There's a book titled Persopelis by Marjane Satrapi. 

It's about a her when she was a young girl in Iran in the 1970's and 80's. It's an awesome book. It gives a lot of insight to the revolution that took place in Iran. It shows her growing up and everything. It's a graphic novel, but don't let the pictures fool you, there are some pretty serious issues discussed in the book.

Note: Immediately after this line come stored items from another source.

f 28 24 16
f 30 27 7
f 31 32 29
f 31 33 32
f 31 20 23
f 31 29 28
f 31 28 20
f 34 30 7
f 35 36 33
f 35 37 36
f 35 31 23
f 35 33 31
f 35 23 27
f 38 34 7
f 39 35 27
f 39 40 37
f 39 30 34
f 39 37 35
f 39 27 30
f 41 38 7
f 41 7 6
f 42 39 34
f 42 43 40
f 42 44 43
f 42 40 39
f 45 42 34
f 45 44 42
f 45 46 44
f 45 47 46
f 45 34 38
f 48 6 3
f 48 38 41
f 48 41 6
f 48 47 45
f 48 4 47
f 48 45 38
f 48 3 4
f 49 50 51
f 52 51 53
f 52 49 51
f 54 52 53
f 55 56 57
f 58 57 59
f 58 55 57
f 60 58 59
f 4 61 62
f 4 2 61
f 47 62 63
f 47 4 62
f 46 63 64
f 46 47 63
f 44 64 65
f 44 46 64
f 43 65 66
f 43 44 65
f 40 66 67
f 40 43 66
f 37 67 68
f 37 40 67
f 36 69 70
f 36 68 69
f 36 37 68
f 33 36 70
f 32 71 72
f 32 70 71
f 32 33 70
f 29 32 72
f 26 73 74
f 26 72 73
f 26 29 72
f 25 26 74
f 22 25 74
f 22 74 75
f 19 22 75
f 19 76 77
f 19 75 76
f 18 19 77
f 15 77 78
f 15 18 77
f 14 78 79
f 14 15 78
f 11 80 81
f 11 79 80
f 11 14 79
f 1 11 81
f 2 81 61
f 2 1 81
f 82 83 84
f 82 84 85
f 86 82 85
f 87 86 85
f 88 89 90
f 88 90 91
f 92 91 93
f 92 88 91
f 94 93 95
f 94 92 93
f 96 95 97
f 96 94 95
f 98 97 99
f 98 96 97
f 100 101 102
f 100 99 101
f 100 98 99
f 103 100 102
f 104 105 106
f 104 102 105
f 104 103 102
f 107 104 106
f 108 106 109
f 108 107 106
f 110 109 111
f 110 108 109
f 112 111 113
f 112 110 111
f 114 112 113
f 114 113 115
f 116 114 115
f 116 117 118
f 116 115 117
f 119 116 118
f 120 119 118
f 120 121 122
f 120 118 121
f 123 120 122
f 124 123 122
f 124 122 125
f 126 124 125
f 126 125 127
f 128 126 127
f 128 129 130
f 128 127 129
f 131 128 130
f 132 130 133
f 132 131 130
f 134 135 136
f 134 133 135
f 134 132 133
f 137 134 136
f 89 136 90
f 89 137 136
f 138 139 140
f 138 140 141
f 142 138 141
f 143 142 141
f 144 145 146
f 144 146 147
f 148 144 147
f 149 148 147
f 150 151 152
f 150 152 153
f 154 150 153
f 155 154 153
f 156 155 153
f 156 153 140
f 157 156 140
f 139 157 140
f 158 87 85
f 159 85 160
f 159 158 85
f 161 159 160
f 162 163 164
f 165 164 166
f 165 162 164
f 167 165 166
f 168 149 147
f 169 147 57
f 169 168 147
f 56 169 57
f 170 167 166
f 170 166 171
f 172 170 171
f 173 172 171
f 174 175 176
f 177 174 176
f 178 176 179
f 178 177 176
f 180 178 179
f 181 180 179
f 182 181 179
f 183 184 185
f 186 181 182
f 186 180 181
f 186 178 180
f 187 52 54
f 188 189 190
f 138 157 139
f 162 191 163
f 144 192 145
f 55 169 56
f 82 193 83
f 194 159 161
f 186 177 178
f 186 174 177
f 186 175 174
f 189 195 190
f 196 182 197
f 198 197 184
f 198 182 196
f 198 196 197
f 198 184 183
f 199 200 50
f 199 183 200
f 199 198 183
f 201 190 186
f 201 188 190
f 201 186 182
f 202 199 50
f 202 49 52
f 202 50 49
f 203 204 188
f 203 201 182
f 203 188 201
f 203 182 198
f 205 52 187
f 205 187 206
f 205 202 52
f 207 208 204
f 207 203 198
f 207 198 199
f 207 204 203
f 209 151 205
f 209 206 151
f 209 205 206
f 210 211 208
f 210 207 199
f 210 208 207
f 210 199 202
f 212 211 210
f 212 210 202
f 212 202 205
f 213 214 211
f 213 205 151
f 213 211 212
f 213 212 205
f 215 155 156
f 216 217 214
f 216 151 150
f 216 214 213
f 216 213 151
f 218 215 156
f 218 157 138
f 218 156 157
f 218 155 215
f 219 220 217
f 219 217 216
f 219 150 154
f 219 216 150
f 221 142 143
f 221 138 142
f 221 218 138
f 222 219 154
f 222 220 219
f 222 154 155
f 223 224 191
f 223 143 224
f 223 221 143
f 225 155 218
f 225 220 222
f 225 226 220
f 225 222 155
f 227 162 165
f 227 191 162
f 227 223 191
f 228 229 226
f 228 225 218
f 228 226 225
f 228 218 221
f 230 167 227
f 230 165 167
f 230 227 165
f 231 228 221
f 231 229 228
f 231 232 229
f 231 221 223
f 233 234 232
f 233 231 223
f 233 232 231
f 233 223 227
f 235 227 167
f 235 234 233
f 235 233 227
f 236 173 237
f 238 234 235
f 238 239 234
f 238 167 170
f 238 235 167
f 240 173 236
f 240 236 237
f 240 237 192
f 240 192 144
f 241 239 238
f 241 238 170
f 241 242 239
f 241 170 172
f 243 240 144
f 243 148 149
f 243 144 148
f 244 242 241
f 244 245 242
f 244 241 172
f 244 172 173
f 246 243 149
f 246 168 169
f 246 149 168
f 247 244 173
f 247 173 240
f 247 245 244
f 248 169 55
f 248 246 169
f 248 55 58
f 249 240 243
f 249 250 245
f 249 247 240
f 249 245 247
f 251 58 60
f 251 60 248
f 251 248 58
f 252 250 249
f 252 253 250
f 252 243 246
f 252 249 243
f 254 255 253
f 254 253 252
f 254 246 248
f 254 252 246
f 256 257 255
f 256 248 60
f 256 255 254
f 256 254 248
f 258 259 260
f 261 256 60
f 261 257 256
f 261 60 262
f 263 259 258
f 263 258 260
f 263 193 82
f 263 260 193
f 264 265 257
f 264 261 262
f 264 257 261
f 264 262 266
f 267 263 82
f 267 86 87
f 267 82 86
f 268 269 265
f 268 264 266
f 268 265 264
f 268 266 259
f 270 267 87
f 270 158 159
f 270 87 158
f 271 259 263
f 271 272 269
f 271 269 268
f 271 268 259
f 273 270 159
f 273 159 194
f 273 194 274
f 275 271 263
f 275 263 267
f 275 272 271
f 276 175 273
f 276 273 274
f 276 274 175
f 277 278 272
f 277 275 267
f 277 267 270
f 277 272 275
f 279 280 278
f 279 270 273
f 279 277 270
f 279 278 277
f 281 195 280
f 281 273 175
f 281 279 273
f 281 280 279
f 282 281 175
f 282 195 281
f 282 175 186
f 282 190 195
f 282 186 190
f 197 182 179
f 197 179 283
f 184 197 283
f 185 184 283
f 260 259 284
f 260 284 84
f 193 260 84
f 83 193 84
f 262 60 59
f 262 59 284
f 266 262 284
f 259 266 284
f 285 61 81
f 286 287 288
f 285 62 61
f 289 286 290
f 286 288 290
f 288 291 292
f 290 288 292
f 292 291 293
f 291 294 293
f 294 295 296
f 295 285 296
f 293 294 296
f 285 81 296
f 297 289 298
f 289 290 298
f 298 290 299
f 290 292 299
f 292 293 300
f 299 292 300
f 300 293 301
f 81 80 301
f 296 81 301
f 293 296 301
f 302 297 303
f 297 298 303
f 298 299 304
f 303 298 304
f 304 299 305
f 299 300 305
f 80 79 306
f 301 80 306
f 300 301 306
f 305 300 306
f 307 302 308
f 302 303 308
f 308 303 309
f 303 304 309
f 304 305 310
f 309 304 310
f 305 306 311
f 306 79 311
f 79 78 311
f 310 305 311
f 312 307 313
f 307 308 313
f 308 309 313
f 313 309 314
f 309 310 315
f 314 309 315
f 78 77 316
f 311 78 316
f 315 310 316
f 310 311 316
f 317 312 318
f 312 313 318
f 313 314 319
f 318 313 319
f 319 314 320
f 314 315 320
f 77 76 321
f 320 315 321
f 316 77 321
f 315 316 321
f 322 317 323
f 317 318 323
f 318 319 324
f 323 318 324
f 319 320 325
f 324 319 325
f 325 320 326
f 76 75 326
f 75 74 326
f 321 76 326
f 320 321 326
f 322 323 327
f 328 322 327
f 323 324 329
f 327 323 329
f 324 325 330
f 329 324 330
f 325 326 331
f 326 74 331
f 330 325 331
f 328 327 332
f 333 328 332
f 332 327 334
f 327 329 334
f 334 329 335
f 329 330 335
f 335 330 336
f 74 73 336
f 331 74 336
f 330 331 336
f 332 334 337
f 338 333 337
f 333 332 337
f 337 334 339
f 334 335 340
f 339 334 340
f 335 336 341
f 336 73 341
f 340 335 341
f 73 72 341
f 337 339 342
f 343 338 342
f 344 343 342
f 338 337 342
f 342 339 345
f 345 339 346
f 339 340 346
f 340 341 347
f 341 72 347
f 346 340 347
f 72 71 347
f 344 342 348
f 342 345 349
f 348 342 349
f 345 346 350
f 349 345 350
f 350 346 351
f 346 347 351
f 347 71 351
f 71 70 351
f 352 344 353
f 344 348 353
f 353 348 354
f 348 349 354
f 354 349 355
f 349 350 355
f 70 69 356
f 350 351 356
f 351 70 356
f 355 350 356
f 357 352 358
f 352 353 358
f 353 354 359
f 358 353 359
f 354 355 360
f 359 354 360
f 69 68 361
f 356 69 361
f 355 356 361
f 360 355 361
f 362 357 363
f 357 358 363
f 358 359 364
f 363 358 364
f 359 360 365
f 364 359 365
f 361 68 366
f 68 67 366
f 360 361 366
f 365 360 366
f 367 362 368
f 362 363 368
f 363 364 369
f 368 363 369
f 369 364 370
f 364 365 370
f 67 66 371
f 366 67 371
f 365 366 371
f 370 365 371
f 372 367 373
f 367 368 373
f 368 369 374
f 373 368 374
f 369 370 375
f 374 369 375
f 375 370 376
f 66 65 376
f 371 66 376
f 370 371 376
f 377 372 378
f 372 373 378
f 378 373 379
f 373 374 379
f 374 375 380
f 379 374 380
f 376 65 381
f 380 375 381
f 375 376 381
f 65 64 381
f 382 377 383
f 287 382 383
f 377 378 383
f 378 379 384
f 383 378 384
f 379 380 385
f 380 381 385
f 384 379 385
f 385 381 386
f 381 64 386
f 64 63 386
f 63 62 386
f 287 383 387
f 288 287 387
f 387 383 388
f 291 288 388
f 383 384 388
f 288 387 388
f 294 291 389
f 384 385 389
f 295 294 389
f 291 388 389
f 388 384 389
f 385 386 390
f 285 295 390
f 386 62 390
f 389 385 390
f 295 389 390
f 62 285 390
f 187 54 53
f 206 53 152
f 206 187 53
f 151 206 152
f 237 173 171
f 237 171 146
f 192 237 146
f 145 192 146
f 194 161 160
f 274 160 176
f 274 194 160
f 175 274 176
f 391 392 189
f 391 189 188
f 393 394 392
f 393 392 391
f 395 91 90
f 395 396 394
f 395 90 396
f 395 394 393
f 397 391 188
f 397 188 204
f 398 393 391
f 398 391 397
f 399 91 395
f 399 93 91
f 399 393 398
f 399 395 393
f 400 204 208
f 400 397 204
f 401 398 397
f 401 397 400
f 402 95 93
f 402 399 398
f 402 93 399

Definately a great book.


----------



## Tyson (Oct 2, 2004)

I just wanted to say I have a smurf avatar.


----------



## Smurf Mamita (Oct 3, 2004)

you are so lucky!! I love the Smurfs!!! 
They started calling me Mama Smurf at school because I'm short and one day I went to school in all blue...name has stuck ever since...**sigh**


----------



## Tyson (Oct 3, 2004)

I can't tell if you think that is bad or good?


----------



## Smurf Mamita (Oct 4, 2004)

Well, at least my nickname isn't like dwarf or midget or something dumb like that. It's different. It was almost Shortie, but thank god someone came up with Mama Smurf before shorty stuck. lol


----------



## blademasterzzz (Oct 11, 2004)

Dwarfs are cool!  :thumbl:


----------